Search was built for a world where the human did the last mile.
A search engine could show ten links. You decided which one looked current enough. If the first result felt stale, you checked another.
The index did not have to be a live sensor for reality. It had to help you find something worth reading.
Krishna Madhavan’s Microsoft Bing post, Evolving Role Of The Index, puts useful language around this shift.

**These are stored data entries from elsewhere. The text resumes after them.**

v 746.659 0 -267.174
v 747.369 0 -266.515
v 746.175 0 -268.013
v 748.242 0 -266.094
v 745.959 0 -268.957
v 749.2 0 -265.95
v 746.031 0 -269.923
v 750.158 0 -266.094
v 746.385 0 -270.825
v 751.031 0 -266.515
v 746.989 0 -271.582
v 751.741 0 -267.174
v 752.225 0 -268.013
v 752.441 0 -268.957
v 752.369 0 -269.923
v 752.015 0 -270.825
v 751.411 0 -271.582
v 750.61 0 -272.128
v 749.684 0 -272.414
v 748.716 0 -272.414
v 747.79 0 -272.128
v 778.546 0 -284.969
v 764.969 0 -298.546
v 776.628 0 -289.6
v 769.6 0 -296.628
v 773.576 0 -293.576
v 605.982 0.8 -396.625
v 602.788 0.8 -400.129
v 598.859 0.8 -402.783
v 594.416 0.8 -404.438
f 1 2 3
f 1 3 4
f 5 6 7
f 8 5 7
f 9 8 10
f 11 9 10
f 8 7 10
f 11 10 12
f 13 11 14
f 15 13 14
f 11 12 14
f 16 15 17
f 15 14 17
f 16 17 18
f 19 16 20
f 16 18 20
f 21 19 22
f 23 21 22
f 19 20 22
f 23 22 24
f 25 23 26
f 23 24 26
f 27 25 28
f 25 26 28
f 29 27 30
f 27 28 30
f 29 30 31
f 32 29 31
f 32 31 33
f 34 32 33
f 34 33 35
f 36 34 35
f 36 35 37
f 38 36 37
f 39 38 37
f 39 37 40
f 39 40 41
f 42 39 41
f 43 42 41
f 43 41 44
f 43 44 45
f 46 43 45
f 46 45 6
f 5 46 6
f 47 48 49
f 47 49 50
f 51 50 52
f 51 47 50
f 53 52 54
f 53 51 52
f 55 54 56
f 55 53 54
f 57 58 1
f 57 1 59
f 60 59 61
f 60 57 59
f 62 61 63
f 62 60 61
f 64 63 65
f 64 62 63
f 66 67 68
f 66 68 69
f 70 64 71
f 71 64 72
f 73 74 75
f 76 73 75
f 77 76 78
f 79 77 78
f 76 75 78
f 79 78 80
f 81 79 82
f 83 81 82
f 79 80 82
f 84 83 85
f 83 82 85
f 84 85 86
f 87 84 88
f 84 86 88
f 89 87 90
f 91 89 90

Once the system summarizes, recommends, books, buys, routes, or drafts the answer, the user stops inspecting links and starts relying on the answer.
Freshness moves inside the product.
Stable knowledge is where AI already feels strongest.
The Roman Empire. TCP/IP. A company history. A published framework.
These facts still need sources, but they do not usually punish the user for being a few days old.
Context belongs to the person, the business, or the situation.
I see this at work all the time. Product moves quickly, and the latest spec, customer feedback, or internal decision does not always make it into the place the AI is reading fast enough.
That does not make grounding bad. It makes grounding incomplete unless the system can reach the freshest operational context.
A model can explain renewal risk or plan a vacation in general. It only gets useful when the specific details made it into memory: the delayed procurement paperwork, the kid who gets carsick, the spouse who hates late flights.
But context is not permanent truth.
A sushi recommendation from three months ago may not mean you love sushi. It may mean the person next to you wanted lunch.
Context needs weight, source, and expiration.
Otherwise personalization turns into a rumor about you.
Live state is the version of the world someone needs at the moment of action.
Hours. Inventory. Pricing. Appointment slots. Road closures. Local conditions.
I have seen this recently with healthcare appointments. A system sends an opening because an earlier slot might be available, but by the time you tap through, the appointment is already gone.
Nobody lied. The information just expired faster than the experience could handle.
The same pattern shows up in ordinary life. If you ask whether it is a good time to take the boat out fishing, the answer cannot be based on a general weather page from this morning. It needs current wind, storms, tide, and local conditions.
Being wrong is not just inconvenient.
It can put you in a squall.
Live state is reality on a timer.

The financial version makes this obvious.
Nikita Bier’s X post about Cashtags bringing real-time financial data into the timeline is not just a finance feature. It is a clue about where answer layers are going.
If people act on what they read in a feed, the feed cannot only be conversation. It starts to carry live state.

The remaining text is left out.